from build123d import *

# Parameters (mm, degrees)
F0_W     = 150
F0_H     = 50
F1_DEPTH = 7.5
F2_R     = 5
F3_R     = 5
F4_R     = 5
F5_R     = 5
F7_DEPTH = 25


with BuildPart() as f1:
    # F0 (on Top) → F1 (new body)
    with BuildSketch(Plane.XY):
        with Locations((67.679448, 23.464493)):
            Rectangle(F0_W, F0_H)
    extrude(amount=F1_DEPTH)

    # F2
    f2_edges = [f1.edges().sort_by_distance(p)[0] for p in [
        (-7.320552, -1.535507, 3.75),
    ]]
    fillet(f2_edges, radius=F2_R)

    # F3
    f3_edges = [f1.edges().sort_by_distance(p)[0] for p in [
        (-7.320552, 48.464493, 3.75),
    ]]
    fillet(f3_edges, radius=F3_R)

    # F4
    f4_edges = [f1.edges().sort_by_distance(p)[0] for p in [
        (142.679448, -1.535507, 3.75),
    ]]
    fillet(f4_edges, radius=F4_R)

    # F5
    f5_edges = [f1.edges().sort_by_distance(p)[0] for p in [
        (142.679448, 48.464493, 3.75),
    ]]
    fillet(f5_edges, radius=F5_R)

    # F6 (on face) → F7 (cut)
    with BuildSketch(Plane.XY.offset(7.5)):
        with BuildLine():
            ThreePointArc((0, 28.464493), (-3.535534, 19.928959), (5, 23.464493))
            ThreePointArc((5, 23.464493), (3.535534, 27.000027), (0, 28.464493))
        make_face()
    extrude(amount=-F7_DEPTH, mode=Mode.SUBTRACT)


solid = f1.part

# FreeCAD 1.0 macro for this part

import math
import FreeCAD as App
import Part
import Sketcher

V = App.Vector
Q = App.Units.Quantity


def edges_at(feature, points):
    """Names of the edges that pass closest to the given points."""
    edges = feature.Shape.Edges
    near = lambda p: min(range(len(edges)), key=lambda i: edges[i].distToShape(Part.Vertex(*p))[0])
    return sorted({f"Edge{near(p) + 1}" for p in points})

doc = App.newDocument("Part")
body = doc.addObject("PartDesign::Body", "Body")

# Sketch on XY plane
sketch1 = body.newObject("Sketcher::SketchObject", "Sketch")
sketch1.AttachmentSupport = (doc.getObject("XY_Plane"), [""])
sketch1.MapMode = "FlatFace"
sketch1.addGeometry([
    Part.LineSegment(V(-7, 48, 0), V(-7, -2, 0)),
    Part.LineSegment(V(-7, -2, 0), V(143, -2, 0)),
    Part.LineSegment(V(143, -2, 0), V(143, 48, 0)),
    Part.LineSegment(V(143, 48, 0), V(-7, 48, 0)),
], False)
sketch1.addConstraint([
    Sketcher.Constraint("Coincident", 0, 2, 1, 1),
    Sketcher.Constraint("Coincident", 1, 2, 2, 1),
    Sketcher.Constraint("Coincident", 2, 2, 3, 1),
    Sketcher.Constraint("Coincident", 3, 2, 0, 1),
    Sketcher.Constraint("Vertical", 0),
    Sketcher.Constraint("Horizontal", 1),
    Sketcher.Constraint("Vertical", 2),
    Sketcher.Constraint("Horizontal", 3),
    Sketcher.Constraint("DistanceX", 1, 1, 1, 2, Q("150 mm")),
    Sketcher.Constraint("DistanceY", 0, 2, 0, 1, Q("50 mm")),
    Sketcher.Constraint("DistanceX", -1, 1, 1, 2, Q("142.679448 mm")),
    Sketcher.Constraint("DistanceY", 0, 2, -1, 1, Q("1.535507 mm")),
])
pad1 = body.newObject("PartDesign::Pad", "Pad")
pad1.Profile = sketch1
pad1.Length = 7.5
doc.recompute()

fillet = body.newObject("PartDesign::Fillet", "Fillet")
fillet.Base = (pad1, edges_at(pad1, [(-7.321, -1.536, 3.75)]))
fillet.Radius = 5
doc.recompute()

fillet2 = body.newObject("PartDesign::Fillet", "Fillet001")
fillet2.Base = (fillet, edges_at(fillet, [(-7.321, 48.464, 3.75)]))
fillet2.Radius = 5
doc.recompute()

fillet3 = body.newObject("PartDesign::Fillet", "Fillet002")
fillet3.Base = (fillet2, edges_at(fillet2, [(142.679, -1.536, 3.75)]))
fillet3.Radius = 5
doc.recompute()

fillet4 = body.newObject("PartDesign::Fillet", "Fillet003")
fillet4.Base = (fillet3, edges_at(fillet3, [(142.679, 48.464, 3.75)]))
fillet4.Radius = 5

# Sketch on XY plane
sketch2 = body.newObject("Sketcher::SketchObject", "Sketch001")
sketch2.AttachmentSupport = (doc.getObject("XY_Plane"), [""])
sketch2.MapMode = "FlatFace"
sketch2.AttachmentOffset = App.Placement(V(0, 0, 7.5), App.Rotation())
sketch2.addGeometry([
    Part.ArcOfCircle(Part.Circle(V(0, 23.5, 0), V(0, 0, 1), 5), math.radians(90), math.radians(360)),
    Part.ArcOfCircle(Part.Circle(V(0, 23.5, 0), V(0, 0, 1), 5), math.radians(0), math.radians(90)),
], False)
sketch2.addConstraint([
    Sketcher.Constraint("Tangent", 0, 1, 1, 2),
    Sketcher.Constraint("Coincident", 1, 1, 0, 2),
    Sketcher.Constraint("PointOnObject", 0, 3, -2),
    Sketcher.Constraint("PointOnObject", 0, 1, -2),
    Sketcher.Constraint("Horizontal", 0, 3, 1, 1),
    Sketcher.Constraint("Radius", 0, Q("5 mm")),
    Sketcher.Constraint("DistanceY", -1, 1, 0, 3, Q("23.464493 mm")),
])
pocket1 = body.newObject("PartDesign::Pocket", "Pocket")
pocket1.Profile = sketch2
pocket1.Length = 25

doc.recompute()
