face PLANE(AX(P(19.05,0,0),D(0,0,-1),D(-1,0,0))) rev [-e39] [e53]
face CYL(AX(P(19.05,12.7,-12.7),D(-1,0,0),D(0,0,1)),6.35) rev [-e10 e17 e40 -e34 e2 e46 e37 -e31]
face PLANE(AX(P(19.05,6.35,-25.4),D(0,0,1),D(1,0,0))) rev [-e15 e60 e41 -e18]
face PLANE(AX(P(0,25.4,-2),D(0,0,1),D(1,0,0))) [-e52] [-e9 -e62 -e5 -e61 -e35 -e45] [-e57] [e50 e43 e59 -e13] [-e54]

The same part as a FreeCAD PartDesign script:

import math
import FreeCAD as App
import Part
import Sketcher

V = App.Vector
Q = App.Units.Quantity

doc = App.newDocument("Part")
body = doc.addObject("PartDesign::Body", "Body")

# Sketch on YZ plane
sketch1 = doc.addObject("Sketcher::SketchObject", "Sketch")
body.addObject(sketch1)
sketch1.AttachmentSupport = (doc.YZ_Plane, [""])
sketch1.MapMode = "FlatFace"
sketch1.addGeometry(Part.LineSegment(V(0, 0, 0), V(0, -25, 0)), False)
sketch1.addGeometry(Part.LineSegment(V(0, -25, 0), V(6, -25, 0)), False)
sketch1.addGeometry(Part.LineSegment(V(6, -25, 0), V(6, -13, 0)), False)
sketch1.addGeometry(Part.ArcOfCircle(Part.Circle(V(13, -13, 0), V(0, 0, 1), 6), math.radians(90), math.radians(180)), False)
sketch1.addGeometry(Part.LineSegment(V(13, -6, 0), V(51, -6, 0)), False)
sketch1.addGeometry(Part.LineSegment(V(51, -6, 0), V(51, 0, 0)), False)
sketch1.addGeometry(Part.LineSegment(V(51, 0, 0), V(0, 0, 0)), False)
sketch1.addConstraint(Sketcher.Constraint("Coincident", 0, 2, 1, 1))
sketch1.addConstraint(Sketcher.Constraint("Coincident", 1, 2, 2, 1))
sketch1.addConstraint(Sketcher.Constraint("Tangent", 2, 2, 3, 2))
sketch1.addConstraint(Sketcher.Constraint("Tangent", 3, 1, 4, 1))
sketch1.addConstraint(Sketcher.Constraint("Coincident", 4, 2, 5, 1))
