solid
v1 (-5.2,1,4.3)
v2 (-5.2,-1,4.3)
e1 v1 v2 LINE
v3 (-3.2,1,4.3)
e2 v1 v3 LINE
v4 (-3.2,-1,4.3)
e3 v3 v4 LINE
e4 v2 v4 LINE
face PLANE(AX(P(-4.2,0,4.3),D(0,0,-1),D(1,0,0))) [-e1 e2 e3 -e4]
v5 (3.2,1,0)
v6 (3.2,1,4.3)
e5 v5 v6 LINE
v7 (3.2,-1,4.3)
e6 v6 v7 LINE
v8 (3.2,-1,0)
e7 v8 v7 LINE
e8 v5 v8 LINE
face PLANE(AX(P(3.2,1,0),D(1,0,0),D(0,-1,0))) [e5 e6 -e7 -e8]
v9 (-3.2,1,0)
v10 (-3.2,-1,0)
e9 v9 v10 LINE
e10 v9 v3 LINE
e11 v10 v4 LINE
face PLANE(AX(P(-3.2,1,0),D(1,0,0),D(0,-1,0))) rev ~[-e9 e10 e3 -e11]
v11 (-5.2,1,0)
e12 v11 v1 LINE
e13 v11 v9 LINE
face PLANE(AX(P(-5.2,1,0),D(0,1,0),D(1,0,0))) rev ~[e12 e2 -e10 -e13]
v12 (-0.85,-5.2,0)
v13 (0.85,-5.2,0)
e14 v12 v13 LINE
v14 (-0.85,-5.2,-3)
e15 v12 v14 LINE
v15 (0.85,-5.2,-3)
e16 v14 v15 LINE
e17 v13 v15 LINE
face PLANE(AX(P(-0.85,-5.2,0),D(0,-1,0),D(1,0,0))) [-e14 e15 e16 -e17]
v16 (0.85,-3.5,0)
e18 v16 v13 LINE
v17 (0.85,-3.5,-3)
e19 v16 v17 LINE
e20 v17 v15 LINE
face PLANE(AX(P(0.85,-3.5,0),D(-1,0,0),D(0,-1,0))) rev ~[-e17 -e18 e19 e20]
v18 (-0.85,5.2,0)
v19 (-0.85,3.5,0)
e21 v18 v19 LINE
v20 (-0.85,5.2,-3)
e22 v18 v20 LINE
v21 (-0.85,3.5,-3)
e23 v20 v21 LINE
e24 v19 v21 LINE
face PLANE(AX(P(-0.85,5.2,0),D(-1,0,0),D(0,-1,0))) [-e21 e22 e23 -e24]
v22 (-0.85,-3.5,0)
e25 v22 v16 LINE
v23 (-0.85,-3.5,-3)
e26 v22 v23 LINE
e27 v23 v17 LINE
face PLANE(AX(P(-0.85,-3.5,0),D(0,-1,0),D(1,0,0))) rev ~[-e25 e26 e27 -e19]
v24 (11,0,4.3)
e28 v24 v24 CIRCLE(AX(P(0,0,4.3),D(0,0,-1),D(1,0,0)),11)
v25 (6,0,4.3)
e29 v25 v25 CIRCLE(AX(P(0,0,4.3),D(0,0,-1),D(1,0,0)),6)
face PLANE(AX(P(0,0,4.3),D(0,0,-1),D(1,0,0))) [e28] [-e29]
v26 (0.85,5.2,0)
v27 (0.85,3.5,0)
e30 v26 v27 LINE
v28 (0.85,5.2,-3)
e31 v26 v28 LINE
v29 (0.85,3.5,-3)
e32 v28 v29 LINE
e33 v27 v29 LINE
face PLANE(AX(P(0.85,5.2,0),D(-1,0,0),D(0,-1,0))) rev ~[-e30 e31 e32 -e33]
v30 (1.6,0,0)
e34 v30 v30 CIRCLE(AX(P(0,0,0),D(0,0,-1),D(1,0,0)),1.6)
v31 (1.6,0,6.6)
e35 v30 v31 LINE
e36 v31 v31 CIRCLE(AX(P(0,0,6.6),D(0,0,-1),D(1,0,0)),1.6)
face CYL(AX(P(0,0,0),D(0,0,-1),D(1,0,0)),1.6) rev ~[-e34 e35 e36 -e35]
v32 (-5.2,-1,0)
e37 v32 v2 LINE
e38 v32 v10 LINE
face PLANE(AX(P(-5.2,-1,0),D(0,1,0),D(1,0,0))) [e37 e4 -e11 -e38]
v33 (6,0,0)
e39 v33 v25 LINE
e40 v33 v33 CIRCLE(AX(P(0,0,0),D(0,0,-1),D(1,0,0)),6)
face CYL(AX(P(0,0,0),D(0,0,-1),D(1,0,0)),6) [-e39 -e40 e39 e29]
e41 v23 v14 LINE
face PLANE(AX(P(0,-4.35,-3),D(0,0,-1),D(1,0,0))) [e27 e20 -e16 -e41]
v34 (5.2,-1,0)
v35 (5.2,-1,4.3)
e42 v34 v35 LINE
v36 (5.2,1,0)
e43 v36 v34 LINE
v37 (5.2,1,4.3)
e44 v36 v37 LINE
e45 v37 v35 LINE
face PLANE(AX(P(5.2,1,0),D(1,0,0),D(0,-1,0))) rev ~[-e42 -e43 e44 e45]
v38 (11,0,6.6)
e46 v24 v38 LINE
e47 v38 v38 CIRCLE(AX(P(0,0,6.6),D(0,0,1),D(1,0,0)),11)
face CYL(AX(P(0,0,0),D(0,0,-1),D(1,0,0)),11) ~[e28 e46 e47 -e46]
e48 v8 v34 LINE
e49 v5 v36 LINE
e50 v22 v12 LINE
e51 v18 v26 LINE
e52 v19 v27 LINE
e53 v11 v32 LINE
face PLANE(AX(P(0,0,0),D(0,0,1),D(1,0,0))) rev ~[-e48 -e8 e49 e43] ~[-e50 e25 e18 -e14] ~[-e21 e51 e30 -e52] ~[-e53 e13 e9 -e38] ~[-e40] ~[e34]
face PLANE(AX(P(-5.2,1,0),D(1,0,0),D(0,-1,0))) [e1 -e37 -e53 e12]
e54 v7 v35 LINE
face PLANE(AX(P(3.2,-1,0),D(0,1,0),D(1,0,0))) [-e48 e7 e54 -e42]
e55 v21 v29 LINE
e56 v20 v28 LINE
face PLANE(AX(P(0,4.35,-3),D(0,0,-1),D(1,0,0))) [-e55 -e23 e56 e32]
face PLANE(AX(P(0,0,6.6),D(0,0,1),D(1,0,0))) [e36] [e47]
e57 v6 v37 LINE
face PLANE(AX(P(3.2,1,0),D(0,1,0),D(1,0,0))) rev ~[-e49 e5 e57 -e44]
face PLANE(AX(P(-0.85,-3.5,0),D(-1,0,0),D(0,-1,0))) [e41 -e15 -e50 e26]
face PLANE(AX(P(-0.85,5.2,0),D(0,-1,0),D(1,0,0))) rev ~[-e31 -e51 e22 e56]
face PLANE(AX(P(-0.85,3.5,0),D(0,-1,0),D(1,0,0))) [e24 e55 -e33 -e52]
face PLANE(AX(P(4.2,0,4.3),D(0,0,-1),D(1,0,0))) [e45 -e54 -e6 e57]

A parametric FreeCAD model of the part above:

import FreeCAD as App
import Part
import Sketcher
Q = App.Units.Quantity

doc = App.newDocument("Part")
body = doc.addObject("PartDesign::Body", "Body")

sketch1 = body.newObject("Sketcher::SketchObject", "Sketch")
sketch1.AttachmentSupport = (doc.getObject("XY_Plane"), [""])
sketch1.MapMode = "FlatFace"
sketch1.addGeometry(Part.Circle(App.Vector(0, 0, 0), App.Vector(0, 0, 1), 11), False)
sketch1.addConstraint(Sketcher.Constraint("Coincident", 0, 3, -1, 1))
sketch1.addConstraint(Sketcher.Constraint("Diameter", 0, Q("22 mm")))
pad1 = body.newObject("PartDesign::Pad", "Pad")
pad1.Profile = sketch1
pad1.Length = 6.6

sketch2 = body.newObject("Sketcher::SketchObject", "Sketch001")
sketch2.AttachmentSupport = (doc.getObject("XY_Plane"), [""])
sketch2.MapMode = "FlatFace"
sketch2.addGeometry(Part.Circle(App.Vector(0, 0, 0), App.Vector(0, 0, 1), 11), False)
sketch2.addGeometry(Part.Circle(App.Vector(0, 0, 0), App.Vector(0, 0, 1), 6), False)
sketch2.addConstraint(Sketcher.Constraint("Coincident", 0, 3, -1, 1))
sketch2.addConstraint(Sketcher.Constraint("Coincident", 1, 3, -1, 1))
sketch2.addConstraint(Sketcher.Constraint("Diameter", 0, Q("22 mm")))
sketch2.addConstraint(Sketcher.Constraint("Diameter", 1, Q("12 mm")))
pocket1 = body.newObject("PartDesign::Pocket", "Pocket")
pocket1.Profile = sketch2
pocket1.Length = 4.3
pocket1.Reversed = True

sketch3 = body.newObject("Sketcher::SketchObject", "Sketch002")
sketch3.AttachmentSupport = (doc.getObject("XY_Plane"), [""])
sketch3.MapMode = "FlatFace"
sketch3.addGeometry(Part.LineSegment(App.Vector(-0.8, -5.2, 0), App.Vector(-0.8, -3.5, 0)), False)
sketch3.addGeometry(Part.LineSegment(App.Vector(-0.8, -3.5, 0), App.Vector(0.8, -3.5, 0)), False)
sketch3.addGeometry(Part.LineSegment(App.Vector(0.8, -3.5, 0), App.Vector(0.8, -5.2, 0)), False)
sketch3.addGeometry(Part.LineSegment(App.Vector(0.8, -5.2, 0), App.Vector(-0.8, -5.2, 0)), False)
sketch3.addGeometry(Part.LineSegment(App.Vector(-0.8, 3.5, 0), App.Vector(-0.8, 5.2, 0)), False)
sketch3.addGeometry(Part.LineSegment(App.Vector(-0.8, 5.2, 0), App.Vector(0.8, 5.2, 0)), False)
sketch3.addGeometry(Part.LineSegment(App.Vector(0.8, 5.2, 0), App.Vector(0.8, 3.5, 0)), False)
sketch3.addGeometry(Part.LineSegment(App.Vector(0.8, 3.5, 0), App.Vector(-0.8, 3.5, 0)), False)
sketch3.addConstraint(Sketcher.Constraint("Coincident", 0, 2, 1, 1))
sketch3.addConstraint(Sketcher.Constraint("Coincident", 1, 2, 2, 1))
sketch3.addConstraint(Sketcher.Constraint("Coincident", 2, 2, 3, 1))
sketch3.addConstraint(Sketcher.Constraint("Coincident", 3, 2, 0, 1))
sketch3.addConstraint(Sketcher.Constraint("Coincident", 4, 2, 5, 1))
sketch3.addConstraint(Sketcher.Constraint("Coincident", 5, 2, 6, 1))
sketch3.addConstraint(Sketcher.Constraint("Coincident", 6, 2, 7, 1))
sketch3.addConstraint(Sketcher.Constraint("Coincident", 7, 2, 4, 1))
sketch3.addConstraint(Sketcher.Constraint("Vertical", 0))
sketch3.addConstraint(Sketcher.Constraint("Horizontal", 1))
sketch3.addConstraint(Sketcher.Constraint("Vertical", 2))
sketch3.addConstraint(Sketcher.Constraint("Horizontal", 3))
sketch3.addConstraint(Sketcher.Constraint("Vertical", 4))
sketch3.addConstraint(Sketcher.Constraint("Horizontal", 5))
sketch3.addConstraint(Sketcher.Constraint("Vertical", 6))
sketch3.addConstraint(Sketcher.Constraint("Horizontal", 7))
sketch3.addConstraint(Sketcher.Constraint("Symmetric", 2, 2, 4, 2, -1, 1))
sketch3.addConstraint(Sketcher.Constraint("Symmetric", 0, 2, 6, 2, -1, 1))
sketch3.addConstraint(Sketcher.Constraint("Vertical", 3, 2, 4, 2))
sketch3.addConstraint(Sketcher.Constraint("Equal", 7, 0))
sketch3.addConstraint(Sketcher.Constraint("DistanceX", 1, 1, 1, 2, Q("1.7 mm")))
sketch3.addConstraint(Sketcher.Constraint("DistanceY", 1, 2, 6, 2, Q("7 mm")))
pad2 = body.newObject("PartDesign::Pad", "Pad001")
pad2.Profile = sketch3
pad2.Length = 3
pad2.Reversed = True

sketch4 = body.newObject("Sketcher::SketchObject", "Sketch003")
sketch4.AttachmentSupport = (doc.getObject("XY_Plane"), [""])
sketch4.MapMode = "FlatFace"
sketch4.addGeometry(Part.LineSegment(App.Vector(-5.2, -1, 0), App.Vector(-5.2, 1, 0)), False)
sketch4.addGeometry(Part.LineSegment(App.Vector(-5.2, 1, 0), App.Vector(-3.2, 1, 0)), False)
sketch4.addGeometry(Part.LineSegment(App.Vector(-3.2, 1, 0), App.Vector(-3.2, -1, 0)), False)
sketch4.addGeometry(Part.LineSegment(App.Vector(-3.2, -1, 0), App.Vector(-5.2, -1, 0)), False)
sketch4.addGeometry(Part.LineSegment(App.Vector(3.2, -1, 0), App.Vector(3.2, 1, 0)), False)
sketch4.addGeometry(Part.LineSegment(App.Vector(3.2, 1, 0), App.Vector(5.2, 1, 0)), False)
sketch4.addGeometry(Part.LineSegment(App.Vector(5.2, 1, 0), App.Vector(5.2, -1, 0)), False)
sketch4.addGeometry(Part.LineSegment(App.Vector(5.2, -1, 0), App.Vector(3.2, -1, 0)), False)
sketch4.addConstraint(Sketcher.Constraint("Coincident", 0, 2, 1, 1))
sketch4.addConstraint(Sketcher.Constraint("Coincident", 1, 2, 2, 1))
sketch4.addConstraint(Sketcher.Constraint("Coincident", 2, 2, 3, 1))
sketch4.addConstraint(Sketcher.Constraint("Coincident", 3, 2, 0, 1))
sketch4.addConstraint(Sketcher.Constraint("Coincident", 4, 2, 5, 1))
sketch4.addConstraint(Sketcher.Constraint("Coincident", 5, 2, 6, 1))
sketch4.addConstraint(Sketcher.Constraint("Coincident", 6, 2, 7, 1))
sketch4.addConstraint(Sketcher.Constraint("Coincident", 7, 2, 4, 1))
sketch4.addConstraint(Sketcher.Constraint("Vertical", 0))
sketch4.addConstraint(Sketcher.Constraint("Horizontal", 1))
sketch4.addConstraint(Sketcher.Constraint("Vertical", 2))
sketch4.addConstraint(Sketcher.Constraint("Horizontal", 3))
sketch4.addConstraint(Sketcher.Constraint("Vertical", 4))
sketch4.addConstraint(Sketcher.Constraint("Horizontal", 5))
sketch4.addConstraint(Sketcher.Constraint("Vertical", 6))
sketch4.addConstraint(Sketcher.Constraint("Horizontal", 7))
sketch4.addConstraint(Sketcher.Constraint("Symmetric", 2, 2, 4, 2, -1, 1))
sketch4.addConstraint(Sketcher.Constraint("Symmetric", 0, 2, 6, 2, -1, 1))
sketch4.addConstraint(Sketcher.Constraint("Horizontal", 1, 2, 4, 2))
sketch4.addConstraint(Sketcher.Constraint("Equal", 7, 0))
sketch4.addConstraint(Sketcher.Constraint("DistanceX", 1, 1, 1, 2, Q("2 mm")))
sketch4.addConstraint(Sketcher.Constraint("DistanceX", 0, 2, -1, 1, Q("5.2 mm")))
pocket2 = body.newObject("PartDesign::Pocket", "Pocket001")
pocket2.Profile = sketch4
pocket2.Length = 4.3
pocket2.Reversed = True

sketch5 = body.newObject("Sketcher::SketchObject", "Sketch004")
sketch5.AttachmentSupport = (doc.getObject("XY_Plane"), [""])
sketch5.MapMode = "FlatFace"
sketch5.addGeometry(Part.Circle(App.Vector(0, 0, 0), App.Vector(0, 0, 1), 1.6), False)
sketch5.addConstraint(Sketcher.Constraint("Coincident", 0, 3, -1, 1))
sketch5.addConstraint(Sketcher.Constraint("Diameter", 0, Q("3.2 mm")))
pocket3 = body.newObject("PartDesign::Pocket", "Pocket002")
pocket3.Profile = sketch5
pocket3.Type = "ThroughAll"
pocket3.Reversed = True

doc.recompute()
==============================
### Exercise details
Please transcribe exactly the lines above from the line that has "face PLANE(AX(P(-0.85,3.5,0),D(0,-1,0),D(1,0,0))) [e24" up to and including the line that has "A parametric FreeCAD"; no other line belongs in the answer.

### Task solution
face PLANE(AX(P(-0.85,3.5,0),D(0,-1,0),D(1,0,0))) [e24 e55 -e33 -e52]
face PLANE(AX(P(4.2,0,4.3),D(0,0,-1),D(1,0,0))) [e45 -e54 -e6 e57]

A parametric FreeCAD model of the part above:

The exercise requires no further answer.